Exercise prompt –
Set down every record below exactly as it stands.

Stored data

== Segment start ==

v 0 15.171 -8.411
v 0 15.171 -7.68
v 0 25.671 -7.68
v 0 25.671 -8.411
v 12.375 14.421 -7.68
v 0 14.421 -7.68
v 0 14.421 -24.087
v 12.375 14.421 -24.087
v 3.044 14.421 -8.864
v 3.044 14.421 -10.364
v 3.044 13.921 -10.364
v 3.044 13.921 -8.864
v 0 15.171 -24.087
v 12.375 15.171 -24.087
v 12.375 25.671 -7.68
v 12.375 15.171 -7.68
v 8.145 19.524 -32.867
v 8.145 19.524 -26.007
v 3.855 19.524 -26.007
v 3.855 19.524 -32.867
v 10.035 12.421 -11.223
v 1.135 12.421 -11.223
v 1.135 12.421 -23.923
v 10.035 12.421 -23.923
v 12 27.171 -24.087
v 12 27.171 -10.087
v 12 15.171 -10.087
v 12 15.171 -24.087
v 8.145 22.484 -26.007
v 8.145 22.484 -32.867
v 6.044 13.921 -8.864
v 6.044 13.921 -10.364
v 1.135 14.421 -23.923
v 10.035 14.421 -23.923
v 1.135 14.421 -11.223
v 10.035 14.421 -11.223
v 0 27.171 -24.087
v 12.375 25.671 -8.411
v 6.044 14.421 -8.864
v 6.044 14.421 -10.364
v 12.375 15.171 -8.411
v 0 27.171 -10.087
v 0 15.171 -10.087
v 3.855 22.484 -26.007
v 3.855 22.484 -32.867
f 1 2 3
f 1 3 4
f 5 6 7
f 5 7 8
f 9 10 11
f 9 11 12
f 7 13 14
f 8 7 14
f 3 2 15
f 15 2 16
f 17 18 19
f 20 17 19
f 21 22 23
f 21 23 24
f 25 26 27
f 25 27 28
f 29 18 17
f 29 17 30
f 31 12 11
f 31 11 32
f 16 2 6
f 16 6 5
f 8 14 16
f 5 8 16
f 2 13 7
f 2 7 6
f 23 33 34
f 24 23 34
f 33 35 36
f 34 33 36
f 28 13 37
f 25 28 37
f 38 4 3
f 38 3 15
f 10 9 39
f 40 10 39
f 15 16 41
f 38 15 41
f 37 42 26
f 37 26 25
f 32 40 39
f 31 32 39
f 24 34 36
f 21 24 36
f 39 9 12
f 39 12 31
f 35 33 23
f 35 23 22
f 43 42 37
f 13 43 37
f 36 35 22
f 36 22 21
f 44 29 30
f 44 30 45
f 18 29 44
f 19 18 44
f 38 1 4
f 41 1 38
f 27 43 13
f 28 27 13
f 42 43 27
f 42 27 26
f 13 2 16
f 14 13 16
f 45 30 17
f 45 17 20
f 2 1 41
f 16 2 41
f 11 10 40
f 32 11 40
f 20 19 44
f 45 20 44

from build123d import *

# Parameters (mm, degrees)
SKETCH1_W        = 14
SKETCH1_H        = 12
BATTERY_DEPTH    = 12
SKETCH2_W        = 4.29
SKETCH2_H        = 2.96
DRIVER_DEPTH     = 6.86
SKETCH10_W       = 12.375
SKETCH10_H       = 16.407214065
PCB_DEPTH        = 0.75
SKETCH11_W       = 8.9
SKETCH11_H       = 12.7
KLR_DEVICE_DEPTH = 2
SKETCH12_W       = 3
SKETCH12_H       = 1.5
ANTENNA_DEPTH    = 0.5
SKETCH13_W       = 12.375
SKETCH13_H       = 0.730661869
SUBSTRATE_DEPTH  = 10.5


with BuildPart() as part:
    # Sketch1 → battery (new body)
    with BuildSketch(Plane(origin=(0, 0, 0), x_dir=(0, 0, -1), z_dir=(1, 0, 0))):
        with Locations((17.087318323, 21.170679999)):
            Rectangle(SKETCH1_W, SKETCH1_H)
    extrude(amount=BATTERY_DEPTH)


with BuildPart() as body_2:
    # Sketch2 → driver (new body)
    with BuildSketch(Plane(origin=(0, 0, -26.007318323), x_dir=(-1, 0, 0), z_dir=(0, 0, -1))):
        with Locations((-6, 21.003531679)):
            Rectangle(SKETCH2_W, SKETCH2_H)
    extrude(amount=DRIVER_DEPTH)


with BuildPart() as body_3:
    # Sketch10 → PCB (new body)
    with BuildSketch(Plane.XZ.offset(-15.170679999)):
        with Locations((6.1875, -15.883711291)):
            Rectangle(SKETCH10_W, SKETCH10_H)
    extrude(amount=PCB_DEPTH)


with BuildPart() as body_4:
    # Sketch11 → KLR device (new body)
    with BuildSketch(Plane.XZ.offset(-14.420679999)):
        with Locations((5.584658381, -17.573378155)):
            Rectangle(SKETCH11_W, SKETCH11_H)
    extrude(amount=KLR_DEVICE_DEPTH)


with BuildPart() as body_5:
    # Sketch12 → antenna (new body)
    with BuildSketch(Plane.XZ.offset(-14.420679999)):
        with Locations((4.544033237, -9.614053485)):
            Rectangle(SKETCH12_W, SKETCH12_H)
    extrude(amount=ANTENNA_DEPTH)


with BuildPart() as body_6:
    # Sketch13 → substrate (new body)
    with BuildSketch(Plane(origin=(0, 15.170679999, 0), x_dir=(1, 0, 0), z_dir=(0, 1, 0))):
        with Locations((6.1875, 8.045435193)):
            Rectangle(SKETCH13_W, SKETCH13_H)
    extrude(amount=SUBSTRATE_DEPTH)


solid = Compound([part.part, body_2.part, body_3.part, body_4.part, body_5.part, body_6.part])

== Segment end ==

Output of the task –
v 0 15.171 -8.411
v 0 15.171 -7.68
v 0 25.671 -7.68
v 0 25.671 -8.411
v 12.375 14.421 -7.68
v 0 14.421 -7.68
v 0 14.421 -24.087
v 12.375 14.421 -24.087
v 3.044 14.421 -8.864
v 3.044 14.421 -10.364
v 3.044 13.921 -10.364
v 3.044 13.921 -8.864
v 0 15.171 -24.087
v 12.375 15.171 -24.087
v 12.375 25.671 -7.68
v 12.375 15.171 -7.68
v 8.145 19.524 -32.867
v 8.145 19.524 -26.007
v 3.855 19.524 -26.007
v 3.855 19.524 -32.867
v 10.035 12.421 -11.223
v 1.135 12.421 -11.223
v 1.135 12.421 -23.923
v 10.035 12.421 -23.923
v 12 27.171 -24.087
v 12 27.171 -10.087
v 12 15.171 -10.087
v 12 15.171 -24.087
v 8.145 22.484 -26.007
v 8.145 22.484 -32.867
v 6.044 13.921 -8.864
v 6.044 13.921 -10.364
v 1.135 14.421 -23.923
v 10.035 14.421 -23.923
v 1.135 14.421 -11.223
v 10.035 14.421 -11.223
v 0 27.171 -24.087
v 12.375 25.671 -8.411
v 6.044 14.421 -8.864
v 6.044 14.421 -10.364
v 12.375 15.171 -8.411
v 0 27.171 -10.087
v 0 15.171 -10.087
v 3.855 22.484 -26.007
v 3.855 22.484 -32.867
f 1 2 3
f 1 3 4
f 5 6 7
f 5 7 8
f 9 10 11
f 9 11 12
f 7 13 14
f 8 7 14
f 3 2 15
f 15 2 16
f 17 18 19
f 20 17 19
f 21 22 23
f 21 23 24
f 25 26 27
f 25 27 28
f 29 18 17
f 29 17 30
f 31 12 11
f 31 11 32
f 16 2 6
f 16 6 5
f 8 14 16
f 5 8 16
f 2 13 7
f 2 7 6
f 23 33 34
f 24 23 34
f 33 35 36
f 34 33 36
f 28 13 37
f 25 28 37
f 38 4 3
f 38 3 15
f 10 9 39
f 40 10 39
f 15 16 41
f 38 15 41
f 37 42 26
f 37 26 25
f 32 40 39
f 31 32 39
f 24 34 36
f 21 24 36
f 39 9 12
f 39 12 31
f 35 33 23
f 35 23 22
f 43 42 37
f 13 43 37
f 36 35 22
f 36 22 21
f 44 29 30
f 44 30 45
f 18 29 44
f 19 18 44
f 38 1 4
f 41 1 38
f 27 43 13
f 28 27 13
f 42 43 27
f 42 27 26
f 13 2 16
f 14 13 16
f 45 30 17
f 45 17 20
f 2 1 41
f 16 2 41
f 11 10 40
f 32 11 40
f 20 19 44
f 45 20 44

from build123d import *

# Parameters (mm, degrees)
SKETCH1_W        = 14
SKETCH1_H        = 12
BATTERY_DEPTH    = 12
SKETCH2_W        = 4.29
SKETCH2_H        = 2.96
DRIVER_DEPTH     = 6.86
SKETCH10_W       = 12.375
SKETCH10_H       = 16.407214065
PCB_DEPTH        = 0.75
SKETCH11_W       = 8.9
SKETCH11_H       = 12.7
KLR_DEVICE_DEPTH = 2
SKETCH12_W       = 3
SKETCH12_H       = 1.5
ANTENNA_DEPTH    = 0.5
SKETCH13_W       = 12.375
SKETCH13_H       = 0.730661869
SUBSTRATE_DEPTH  = 10.5


with BuildPart() as part:
    # Sketch1 → battery (new body)
    with BuildSketch(Plane(origin=(0, 0, 0), x_dir=(0, 0, -1), z_dir=(1, 0, 0))):
        with Locations((17.087318323, 21.170679999)):
            Rectangle(SKETCH1_W, SKETCH1_H)
    extrude(amount=BATTERY_DEPTH)


with BuildPart() as body_2:
    # Sketch2 → driver (new body)
    with BuildSketch(Plane(origin=(0, 0, -26.007318323), x_dir=(-1, 0, 0), z_dir=(0, 0, -1))):
        with Locations((-6, 21.003531679)):
            Rectangle(SKETCH2_W, SKETCH2_H)
    extrude(amount=DRIVER_DEPTH)


with BuildPart() as body_3:
    # Sketch10 → PCB (new body)
    with BuildSketch(Plane.XZ.offset(-15.170679999)):
        with Locations((6.1875, -15.883711291)):
            Rectangle(SKETCH10_W, SKETCH10_H)
    extrude(amount=PCB_DEPTH)


with BuildPart() as body_4:
    # Sketch11 → KLR device (new body)
    with BuildSketch(Plane.XZ.offset(-14.420679999)):
        with Locations((5.584658381, -17.573378155)):
            Rectangle(SKETCH11_W, SKETCH11_H)
    extrude(amount=KLR_DEVICE_DEPTH)


with BuildPart() as body_5:
    # Sketch12 → antenna (new body)
    with BuildSketch(Plane.XZ.offset(-14.420679999)):
        with Locations((4.544033237, -9.614053485)):
            Rectangle(SKETCH12_W, SKETCH12_H)
    extrude(amount=ANTENNA_DEPTH)


with BuildPart() as body_6:
    # Sketch13 → substrate (new body)
    with BuildSketch(Plane(origin=(0, 15.170679999, 0), x_dir=(1, 0, 0), z_dir=(0, 1, 0))):
        with Locations((6.1875, 8.045435193)):
            Rectangle(SKETCH13_W, SKETCH13_H)
    extrude(amount=SUBSTRATE_DEPTH)


solid = Compound([part.part, body_2.part, body_3.part, body_4.part, body_5.part, body_6.part])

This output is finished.